TOEIC® L&R TEST 出題形式と解き方

2021年04月18日

株式会社 ナラボー・プレス著

【ご注意】英文および解説の無断の転用・転載を禁止します。

このページは 2021 年4月に全面改訂いたしました。より詳しい出題形式の分析と、解答のコツが掲載されています。

当ページ作成にあたりまして、ナラボー・プレス執筆・制作の「狙え!  150 点アップ TOEIC ® テスト 14 日間の直前プロジェクト」を基調に、あさ出版から出版されています「TOEIC ® TEST 全パート完全攻略!」の記事を改編し、まとめたものです。


TOEIC は,1979 年 12 月に日本でスタートした英語検定試験ですが,現在では,「グローバルスタンダードとして世界 50 か国以上で実施されており,その受験者は 2004 年度に 143 万人に達する」[注] ほど,世界じゅうで認知され,利用されているテストです。日本では,大企業・有名企業・大学のほとんどが採用し,書店には,TOEIC 対策本が溢れています。また,TOEIC 対策をうたったホームページも数多く見られます。

こうしたなか,「受験テクニック」 とか 「ウラ業」 と称して受験の際のコツを紹介している場合もありますし,いろいろなサイトの掲示板等で,「TOEIC は,英語力が伴わなくても受験テクニックでスコアが上がるテストだ」 といったような投稿が見られたりしますが,TOEIC は出題形式は一定で変わることがありませんし,すべての英文は毎回書き下ろしですから,いわゆる 「受験テク」 や 「ヤマ掛け」 で,実力以上のスコアが出ることはありません。一部の人たちが 「受験テク」 と称しているのは,このページで解説していることだろうと思います。
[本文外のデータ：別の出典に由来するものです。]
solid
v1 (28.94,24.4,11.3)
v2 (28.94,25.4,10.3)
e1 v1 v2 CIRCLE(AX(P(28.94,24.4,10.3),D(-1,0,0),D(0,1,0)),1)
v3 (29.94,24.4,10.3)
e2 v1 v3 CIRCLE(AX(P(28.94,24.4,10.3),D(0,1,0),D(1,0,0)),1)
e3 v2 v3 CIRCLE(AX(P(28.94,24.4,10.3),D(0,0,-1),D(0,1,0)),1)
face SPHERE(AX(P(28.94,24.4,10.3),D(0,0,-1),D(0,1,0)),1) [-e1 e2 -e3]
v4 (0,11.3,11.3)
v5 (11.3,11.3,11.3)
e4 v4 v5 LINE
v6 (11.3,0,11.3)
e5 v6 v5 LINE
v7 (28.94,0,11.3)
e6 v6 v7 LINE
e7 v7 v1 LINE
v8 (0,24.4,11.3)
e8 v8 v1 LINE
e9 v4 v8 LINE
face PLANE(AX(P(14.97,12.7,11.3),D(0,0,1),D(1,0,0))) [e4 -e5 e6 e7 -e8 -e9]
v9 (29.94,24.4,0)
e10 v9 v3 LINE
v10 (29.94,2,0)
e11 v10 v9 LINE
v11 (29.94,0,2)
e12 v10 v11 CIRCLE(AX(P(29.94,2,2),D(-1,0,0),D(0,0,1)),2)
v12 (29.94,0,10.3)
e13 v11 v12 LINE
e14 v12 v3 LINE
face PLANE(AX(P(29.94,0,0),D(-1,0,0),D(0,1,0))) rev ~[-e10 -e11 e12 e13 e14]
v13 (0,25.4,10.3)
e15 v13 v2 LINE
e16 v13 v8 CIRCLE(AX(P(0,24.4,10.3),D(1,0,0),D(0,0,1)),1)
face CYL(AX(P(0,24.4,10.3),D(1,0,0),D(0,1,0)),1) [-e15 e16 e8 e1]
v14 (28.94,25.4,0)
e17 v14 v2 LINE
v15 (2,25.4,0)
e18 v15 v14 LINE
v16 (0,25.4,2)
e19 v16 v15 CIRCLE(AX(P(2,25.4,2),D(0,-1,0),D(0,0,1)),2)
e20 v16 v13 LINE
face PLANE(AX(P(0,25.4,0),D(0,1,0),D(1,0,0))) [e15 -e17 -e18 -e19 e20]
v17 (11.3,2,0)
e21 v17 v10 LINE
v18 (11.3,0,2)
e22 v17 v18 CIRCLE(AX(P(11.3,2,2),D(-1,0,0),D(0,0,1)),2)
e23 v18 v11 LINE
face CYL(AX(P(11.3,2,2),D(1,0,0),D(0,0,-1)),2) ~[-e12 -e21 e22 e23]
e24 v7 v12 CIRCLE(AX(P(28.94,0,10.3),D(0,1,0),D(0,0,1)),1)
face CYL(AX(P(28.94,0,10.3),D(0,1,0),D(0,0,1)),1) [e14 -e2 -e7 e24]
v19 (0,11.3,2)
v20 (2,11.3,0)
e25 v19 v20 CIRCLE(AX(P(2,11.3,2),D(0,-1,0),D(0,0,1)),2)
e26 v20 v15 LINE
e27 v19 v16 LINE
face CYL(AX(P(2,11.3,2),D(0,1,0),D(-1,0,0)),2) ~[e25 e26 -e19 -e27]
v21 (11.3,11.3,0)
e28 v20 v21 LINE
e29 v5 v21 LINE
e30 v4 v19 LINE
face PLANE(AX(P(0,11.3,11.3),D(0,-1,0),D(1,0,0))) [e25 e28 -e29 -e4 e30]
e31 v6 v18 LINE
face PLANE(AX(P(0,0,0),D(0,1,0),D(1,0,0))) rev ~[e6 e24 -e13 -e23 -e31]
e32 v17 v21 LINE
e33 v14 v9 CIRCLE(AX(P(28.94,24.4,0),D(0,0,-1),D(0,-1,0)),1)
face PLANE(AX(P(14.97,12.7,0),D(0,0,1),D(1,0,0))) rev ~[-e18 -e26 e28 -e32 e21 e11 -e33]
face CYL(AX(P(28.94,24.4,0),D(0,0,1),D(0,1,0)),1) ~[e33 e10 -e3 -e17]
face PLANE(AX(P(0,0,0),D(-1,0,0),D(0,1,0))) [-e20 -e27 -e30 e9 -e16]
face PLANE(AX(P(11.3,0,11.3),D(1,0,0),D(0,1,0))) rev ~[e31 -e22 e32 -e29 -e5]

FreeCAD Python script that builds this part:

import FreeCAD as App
import Part
import Sketcher


def edges_at(feature, points):
    """Names of the edges that pass closest to the given points."""
    edges = feature.Shape.Edges
    near = lambda p: min(range(len(edges)), key=lambda i: edges[i].distToShape(Part.Vertex(*p))[0])
    return sorted({f"Edge{near(p) + 1}" for p in points})

doc = App.newDocument("Part")
body = doc.addObject("PartDesign::Body", "Body")

sketch1 = body.newObject("Sketcher::SketchObject", "Sketch")
sketch1.AttachmentSupport = (doc.getObject("XY_Plane"), [""])
sketch1.MapMode = "FlatFace"
sketch1.addGeometry(Part.LineSegment(App.Vector(0, 25, 0), App.Vector(0, 0, 0)), False)
sketch1.addGeometry(Part.LineSegment(App.Vector(0, 0, 0), App.Vector(30, 0, 0)), False)
sketch1.addGeometry(Part.LineSegment(App.Vector(30, 0, 0), App.Vector(30, 25, 0)), False)
sketch1.addGeometry(Part.LineSegment(App.Vector(30, 25, 0), App.Vector(0, 25, 0)), False)
sketch1.addConstraint(Sketcher.Constraint("Coincident", 0, 2, 1, 1))
sketch1.addConstraint(Sketcher.Constraint("Coincident", 1, 2, 2, 1))
sketch1.addConstraint(Sketcher.Constraint("Coincident", 2, 2, 3, 1))
sketch1.addConstraint(Sketcher.Constraint("Coincident", 3, 2, 0, 1))
sketch1.addConstraint(Sketcher.Constraint("Vertical", 0))
sketch1.addConstraint(Sketcher.Constraint("Horizontal", 1))
sketch1.addConstraint(Sketcher.Constraint("Vertical", 2))
sketch1.addConstraint(Sketcher.Constraint("Horizontal", 3))
sketch1.addConstraint(Sketcher.Constraint("Coincident", 0, 2, -1, 1))
sketch1.addConstraint(Sketcher.Constraint("DistanceY", 0, 2, 0, 1, 25.4))
sketch1.addConstraint(Sketcher.Constraint("DistanceX", 1, 1, 1, 2, 29.94))
pad1 = body.newObject("PartDesign::Pad", "Pad")
pad1.Profile = sketch1
pad1.Length = 11.3

sketch2 = body.newObject("Sketcher::SketchObject", "Sketch001")
sketch2.AttachmentSupport = (doc.getObject("XY_Plane"), [""])
sketch2.MapMode = "FlatFace"
sketch2.AttachmentOffset = App.Placement(App.Vector(0, 0, 11.3), App.Rotation())
sketch2.addGeometry(Part.LineSegment(App.Vector(0, 11, 0), App.Vector(0, 0, 0)), False)
sketch2.addGeometry(Part.LineSegment(App.Vector(0, 0, 0), App.Vector(11, 0, 0)), False)
sketch2.addGeometry(Part.LineSegment(App.Vector(11, 0, 0), App.Vector(11, 11, 0)), False)
sketch2.addGeometry(Part.LineSegment(App.Vector(11, 11, 0), App.Vector(0, 11, 0)), False)
sketch2.addConstraint(Sketcher.Constraint("Coincident", 0, 2, 1, 1))
sketch2.addConstraint(Sketcher.Constraint("Coincident", 1, 2, 2, 1))
sketch2.addConstraint(Sketcher.Constraint("Coincident", 2, 2, 3, 1))
sketch2.addConstraint(Sketcher.Constraint("Coincident", 3, 2, 0, 1))
sketch2.addConstraint(Sketcher.Constraint("Vertical", 0))
sketch2.addConstraint(Sketcher.Constraint("Horizontal", 1))
sketch2.addConstraint(Sketcher.Constraint("Vertical", 2))
sketch2.addConstraint(Sketcher.Constraint("Horizontal", 3))
sketch2.addConstraint(Sketcher.Constraint("Coincident", 0, 2, -1, 1))
sketch2.addConstraint(Sketcher.Constraint("Equal", 3, 0))
sketch2.addConstraint(Sketcher.Constraint("DistanceX", 1, 1, 1, 2, 11.3))
pocket1 = body.newObject("PartDesign::Pocket", "Pocket")
pocket1.Profile = sketch2
pocket1.Length = 25
doc.recompute()

fillet = body.newObject("PartDesign::Fillet", "Fillet")
fillet.Base = (pocket1, edges_at(pocket1, [(20.62, 0, 0), (0, 18.35, 0)]))
fillet.Radius = 2
doc.recompute()

fillet2 = body.newObject("PartDesign::Fillet", "Fillet001")
fillet2.Base = (fillet, edges_at(fillet, [(29.94, 25.4, 5.65), (14.97, 25.4, 11.3), (29.94, 12.7, 11.3)]))
fillet2.Radius = 1

doc.recompute()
しかし,このページで紹介している 「受験のコツ」 は,言わば,私たちが国語の試験を受ける時にも無意識に行っていることで,決して 「受験テク」 などではないのです。ごくふつうの受験態度と言えるでしょう。ただ,こうしたコツを知らないまま受験したり学習を続けたりすると,実力を最大限スコアに反映できなかったり無駄な学習を続けてしまったりということはあるかもしれません。

[注] 『TOEIC® 活用実態報告』 (第 13 回,財団法人 国際ビジネスコミュニケーション協会 TOEIC運営委員会 発行,平成17年7月,「まえがき」より。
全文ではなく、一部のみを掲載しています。